How to algorithmically simulate probabilistic distributions using other distributions

Posted on 2014 03 21 by phimuemue

In this article, we explore (in short) how we can generate random numbers of any distribution if we have a corrupt toin coss generator (i.e. a random toin that produces 1 with (unknown) probability \(p\in(0;1)\) and 0 with (unknown) probability \(q=1-p\)). So first of all, we convince ourselves that we can construct a fair coin tosser (i.e. 1 and 0 occur both with probability 0.5) from the above mentioned corrupt coin tosser.

Therefore, we do the following: We execute the corrupt coin tosser two times. Then there are four possible outcomes:

We repeat until we have either 01 or 10 as output. Then, we can compute: The probability of reaching the result "01" is the following: Either we reach "01" immediately or we get first some "00" and "11". Thus, we can compute the probability of reaching "01" as follows: \(\sum_{i=0}^\infty (p^2+q^2)^i \cdot (pq)\). Using the fact that \(q+p=1\) and geometric series, we compute that this probability is 0.5. Moreover, we can do the same for the outcome "10". Thus, we get a fair random 0/1-number-generator.

We saw that we can w.l.o.g. assume that we have a fair 0/1-random-number-generator \(R\). Armed with this knowledge, we can now say that we can generate any discrete random distribution, where the number of results is finite. Therefore, we can just employ a binary encoding of successive calls to \(R\). To be more precise, if we want to have \(n\)possible outcomes (namely from 0 to \(n-1\)), we do \(\lceil \log_2 n \rceil\) calls to \(R\). If the binary encoding of the successive \(R\)-calls yields a number less than \(n\), we are done and return that number as the result of our random process. Otherwise, we repeat until we get such a number as the result.

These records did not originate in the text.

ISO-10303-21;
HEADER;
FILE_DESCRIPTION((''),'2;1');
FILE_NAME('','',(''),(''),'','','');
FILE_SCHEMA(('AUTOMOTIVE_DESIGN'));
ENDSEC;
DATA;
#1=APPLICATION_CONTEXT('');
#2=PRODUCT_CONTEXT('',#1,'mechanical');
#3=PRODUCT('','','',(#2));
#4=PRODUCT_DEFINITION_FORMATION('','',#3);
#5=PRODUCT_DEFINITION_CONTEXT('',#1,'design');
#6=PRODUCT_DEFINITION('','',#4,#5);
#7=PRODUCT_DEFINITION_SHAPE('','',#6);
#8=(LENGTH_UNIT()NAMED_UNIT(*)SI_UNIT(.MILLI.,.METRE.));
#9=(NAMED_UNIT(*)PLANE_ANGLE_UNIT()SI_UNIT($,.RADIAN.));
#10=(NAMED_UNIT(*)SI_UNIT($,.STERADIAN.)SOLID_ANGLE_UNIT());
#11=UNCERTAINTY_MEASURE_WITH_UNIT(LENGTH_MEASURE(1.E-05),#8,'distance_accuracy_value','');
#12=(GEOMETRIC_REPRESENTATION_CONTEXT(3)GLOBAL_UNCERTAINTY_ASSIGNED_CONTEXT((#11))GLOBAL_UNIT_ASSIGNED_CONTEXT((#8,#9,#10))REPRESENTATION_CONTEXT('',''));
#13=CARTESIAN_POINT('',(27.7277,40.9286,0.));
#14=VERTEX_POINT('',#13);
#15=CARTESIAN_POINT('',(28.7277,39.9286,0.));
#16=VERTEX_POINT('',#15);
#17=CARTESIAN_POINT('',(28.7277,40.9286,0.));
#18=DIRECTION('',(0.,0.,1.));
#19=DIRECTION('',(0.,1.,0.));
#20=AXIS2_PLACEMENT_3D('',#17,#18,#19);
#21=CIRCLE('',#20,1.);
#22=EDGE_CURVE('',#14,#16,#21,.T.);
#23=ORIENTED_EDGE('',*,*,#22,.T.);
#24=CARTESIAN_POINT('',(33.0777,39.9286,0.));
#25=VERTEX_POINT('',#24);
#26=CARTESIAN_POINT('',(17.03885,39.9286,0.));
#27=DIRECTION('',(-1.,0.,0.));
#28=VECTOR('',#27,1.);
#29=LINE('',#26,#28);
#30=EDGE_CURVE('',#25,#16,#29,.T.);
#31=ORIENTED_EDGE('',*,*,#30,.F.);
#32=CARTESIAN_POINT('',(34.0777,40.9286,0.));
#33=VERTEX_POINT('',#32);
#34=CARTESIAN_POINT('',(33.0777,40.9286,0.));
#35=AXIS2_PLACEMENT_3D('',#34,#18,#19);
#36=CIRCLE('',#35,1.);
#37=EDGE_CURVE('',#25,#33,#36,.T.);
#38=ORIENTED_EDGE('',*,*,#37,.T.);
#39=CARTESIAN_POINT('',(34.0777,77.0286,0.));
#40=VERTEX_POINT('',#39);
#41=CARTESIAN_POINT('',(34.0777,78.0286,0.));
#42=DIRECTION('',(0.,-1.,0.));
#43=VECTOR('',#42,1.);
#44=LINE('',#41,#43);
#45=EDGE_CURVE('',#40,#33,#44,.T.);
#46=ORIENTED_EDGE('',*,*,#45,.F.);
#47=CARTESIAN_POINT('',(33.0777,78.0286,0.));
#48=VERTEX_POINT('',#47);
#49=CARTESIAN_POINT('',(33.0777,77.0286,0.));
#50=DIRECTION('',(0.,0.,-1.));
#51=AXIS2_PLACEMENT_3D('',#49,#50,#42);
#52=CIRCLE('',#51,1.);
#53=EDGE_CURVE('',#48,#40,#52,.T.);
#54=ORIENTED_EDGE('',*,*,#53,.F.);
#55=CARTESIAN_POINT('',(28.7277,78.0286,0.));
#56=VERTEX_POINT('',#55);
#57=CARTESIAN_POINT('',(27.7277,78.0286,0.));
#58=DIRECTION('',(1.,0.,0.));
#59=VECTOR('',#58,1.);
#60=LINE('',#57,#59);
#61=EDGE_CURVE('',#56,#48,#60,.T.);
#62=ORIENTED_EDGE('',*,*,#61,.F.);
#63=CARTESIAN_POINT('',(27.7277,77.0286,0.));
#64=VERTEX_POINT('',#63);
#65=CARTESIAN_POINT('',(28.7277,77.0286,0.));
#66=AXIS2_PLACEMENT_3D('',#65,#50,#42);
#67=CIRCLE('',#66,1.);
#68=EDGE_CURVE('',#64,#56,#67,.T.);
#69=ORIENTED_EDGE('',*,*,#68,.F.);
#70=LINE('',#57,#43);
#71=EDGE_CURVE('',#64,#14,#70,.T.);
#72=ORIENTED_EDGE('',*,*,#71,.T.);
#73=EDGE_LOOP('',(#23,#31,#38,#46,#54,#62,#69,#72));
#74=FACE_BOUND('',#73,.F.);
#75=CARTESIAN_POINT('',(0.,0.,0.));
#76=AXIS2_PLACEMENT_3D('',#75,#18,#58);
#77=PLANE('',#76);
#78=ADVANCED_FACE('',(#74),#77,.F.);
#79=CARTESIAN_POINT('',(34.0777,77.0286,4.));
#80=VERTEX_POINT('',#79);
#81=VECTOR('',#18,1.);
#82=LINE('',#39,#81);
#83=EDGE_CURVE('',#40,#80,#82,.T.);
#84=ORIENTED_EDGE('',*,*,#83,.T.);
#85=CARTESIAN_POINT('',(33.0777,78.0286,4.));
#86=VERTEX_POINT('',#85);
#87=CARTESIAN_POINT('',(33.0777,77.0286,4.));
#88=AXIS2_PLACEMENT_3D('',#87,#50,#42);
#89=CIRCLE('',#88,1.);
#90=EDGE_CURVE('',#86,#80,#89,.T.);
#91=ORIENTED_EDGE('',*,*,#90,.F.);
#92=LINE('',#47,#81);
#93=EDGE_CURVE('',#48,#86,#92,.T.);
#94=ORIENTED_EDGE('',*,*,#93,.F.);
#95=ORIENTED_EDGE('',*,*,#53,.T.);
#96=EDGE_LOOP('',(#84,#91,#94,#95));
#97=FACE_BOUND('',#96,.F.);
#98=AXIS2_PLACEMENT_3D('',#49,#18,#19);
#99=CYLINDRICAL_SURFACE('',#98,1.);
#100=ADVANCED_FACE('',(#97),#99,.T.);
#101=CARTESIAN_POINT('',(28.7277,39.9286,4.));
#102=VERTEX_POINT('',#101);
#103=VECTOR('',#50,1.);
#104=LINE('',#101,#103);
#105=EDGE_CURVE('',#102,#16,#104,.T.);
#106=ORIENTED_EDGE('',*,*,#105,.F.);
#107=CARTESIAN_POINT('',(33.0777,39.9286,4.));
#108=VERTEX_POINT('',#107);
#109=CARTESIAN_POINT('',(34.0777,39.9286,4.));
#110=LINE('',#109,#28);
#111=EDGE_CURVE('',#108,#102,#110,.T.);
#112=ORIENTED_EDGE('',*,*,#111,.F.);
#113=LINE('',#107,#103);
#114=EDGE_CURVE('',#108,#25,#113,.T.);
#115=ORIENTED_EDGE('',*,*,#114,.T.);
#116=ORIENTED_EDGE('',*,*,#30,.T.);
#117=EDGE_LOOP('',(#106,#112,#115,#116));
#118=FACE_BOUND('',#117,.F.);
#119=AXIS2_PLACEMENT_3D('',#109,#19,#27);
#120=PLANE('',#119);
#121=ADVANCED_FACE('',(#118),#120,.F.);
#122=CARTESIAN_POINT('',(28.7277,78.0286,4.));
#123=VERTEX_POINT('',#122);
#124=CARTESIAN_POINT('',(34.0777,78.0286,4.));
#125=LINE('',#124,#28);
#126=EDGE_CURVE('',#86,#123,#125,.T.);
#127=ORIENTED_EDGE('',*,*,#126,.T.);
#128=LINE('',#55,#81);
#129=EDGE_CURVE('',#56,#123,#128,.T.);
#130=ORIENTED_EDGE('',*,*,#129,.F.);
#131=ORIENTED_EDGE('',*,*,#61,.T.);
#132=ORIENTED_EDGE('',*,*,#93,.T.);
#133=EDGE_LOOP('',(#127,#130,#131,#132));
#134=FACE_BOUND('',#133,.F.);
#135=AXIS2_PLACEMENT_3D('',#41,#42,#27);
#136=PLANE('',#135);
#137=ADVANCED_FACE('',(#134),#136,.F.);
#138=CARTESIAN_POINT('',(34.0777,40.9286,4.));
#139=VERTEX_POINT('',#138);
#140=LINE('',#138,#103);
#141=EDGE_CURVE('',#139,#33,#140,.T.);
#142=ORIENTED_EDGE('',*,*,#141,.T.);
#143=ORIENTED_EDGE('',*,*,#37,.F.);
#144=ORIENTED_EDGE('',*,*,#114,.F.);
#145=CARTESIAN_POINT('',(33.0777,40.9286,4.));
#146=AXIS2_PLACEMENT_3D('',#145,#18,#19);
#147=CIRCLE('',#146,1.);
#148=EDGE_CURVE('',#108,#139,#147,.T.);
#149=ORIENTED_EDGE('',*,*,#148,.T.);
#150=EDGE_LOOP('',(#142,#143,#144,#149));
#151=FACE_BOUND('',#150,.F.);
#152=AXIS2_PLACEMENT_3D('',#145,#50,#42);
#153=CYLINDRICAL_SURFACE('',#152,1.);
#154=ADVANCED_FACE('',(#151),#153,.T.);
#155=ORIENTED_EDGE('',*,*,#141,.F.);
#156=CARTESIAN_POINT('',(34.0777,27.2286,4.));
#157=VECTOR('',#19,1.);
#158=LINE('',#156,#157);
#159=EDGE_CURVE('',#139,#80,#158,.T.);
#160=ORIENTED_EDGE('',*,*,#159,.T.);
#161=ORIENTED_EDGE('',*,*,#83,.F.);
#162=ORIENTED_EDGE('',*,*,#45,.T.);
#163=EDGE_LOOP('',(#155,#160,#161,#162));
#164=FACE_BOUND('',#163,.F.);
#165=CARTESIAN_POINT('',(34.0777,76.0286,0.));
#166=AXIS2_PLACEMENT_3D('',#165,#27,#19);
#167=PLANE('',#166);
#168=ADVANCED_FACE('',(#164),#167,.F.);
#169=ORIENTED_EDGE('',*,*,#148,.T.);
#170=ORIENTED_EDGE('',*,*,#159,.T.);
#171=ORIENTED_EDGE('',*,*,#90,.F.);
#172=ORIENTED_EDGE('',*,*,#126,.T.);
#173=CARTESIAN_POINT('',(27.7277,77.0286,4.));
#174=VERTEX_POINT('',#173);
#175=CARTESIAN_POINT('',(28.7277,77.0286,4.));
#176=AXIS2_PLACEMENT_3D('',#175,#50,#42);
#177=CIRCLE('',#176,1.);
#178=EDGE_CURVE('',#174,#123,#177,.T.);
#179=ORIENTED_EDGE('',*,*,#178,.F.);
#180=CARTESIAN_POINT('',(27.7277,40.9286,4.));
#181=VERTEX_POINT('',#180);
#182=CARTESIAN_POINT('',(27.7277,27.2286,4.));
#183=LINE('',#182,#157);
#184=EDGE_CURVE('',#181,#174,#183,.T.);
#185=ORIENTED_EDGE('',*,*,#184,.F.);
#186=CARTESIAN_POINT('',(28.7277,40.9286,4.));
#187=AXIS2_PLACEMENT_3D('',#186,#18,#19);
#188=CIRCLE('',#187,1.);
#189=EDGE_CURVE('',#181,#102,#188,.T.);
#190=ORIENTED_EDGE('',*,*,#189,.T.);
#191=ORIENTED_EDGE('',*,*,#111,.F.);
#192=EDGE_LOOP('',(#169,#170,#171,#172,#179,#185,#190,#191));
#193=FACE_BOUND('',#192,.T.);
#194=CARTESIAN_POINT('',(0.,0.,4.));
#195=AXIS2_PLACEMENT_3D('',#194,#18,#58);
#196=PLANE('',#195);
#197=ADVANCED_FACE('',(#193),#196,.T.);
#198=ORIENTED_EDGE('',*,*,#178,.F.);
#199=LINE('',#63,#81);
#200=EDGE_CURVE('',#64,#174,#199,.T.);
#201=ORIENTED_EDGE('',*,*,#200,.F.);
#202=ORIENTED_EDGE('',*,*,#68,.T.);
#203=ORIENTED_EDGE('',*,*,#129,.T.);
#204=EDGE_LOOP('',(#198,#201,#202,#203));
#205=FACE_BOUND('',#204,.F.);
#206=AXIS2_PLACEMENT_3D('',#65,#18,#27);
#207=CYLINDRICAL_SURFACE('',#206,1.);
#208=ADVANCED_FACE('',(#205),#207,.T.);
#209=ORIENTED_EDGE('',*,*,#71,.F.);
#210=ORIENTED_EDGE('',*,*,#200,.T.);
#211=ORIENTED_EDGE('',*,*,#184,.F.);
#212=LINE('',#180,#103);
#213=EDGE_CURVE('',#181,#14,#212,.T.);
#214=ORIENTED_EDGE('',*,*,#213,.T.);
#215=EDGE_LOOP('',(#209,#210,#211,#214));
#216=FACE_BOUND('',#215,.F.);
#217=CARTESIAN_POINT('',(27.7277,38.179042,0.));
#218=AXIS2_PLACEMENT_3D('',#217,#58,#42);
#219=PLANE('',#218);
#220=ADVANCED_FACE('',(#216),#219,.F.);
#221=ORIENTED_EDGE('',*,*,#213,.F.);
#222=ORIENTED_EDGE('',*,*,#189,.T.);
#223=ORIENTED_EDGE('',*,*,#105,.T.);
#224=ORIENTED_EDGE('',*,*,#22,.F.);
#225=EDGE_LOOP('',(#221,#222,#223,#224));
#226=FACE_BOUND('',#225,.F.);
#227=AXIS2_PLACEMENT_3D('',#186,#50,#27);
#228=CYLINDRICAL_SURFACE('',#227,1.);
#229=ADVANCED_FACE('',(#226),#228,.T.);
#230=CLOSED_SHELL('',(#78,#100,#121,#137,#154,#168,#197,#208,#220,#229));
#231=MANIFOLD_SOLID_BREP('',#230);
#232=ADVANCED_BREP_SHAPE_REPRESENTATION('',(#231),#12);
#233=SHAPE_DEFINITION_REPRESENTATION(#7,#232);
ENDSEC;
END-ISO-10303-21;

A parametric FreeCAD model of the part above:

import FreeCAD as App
import Part
import Sketcher
Q = App.Units.Quantity


def edges_at(feature, points):
    """Names of the edges that pass closest to the given points."""
    edges = feature.Shape.Edges
    near = lambda p: min(range(len(edges)), key=lambda i: edges[i].distToShape(Part.Vertex(*p))[0])
    return sorted({f"Edge{near(p) + 1}" for p in points})

doc = App.newDocument("Part")
body = doc.addObject("PartDesign::Body", "Body")

sketch1 = body.newObject("Sketcher::SketchObject", "Sketch")
sketch1.AttachmentSupport = (doc.getObject("XY_Plane"), [""])
sketch1.MapMode = "FlatFace"
sketch1.addGeometry(Part.LineSegment(App.Vector(28, 27, 0), App.Vector(34, 27, 0)), False)
sketch1.addGeometry(Part.LineSegment(App.Vector(34, 27, 0), App.Vector(34, 78, 0)), False)
sketch1.addGeometry(Part.LineSegment(App.Vector(34, 78, 0), App.Vector(28, 78, 0)), False)
sketch1.addGeometry(Part.LineSegment(App.Vector(28, 78, 0), App.Vector(28, 27, 0)), False)
sketch1.addConstraint(Sketcher.Constraint("Coincident", 0, 2, 1, 1))
sketch1.addConstraint(Sketcher.Constraint("Coincident", 1, 2, 2, 1))
sketch1.addConstraint(Sketcher.Constraint("Coincident", 2, 2, 3, 1))
sketch1.addConstraint(Sketcher.Constraint("Coincident", 3, 2, 0, 1))
sketch1.addConstraint(Sketcher.Constraint("Horizontal", 0))
sketch1.addConstraint(Sketcher.Constraint("Vertical", 1))
sketch1.addConstraint(Sketcher.Constraint("Horizontal", 2))
sketch1.addConstraint(Sketcher.Constraint("Vertical", 3))
sketch1.addConstraint(Sketcher.Constraint("DistanceY", 1, 1, 1, 2, Q("2 in")))
sketch1.addConstraint(Sketcher.Constraint("DistanceX", 0, 1, 0, 2, Q("0.25 in")))
sketch1.addConstraint(Sketcher.Constraint("DistanceY", -1, 1, 0, 2, Q("1.072 in")))
sketch1.addConstraint(Sketcher.Constraint("DistanceX", -1, 1, 0, 2, Q("34.0777 mm")))
pad1 = body.newObject("PartDesign::Pad", "Pad")
pad1.Profile = sketch1
pad1.Length = 4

So, up to now we saw that we can w.l.o.g. assume that we have random number generators that generate a random number between 0 and \(n\).

For now, we assume that we want to construct a random variable \(X\) with a specific distribution. To generate any such variable, we need a continuous random variable. That is, we have to convert somehow our discrete variable to a continuous one.

There are several methods to do so, however we focus on the following: We assume \(R\) is a fair 0/1-random-number-generator. Then, we execute \(n\) times the generator \(R\) and interpret the result as a \(n\)-digit binary number. After that, we divide the result by \(2^n\). Note that this yields still a discrete random variable, but for large \(n\) it "behaves" like a uniformly distributed variable over the intervall \([0;1]\). To be honest, I do not know if there is a (theoretical) way of transforming any discrete random variable into a uniformly distributed continuous random variable.

So, we now assume that we have (almost) a random variable \(R'\) that is uniformly distributed over \([0;1]\). If we now want a (continuous) random variable \(X\) with the distribution \(F_X(t)=P(X\leq t)\), we can do as follows (we assume \(F_X\) to be strictly increasing, and thus we also assume that there is an \(F_X\) inverse \(F_X^{-1}\) with \(F_X(F_X^{-1}(t))\)): We define this random variable as follows: \(X=F_X^{-1}(R')\).

Now we compute:

\(P(X\leq t)=P(F_X^{-1}(R')\leq t)= P(R' \leq F_X(t))\approx F_R'(F_X(t))= F_X(t)\)

This tells us that \(X\) is a random variable with the distribution \(F_X\), which is what we wanted.

Note that out of a continuous variable it is no problem to derive a discrete random variable that e.g. takes only integral values.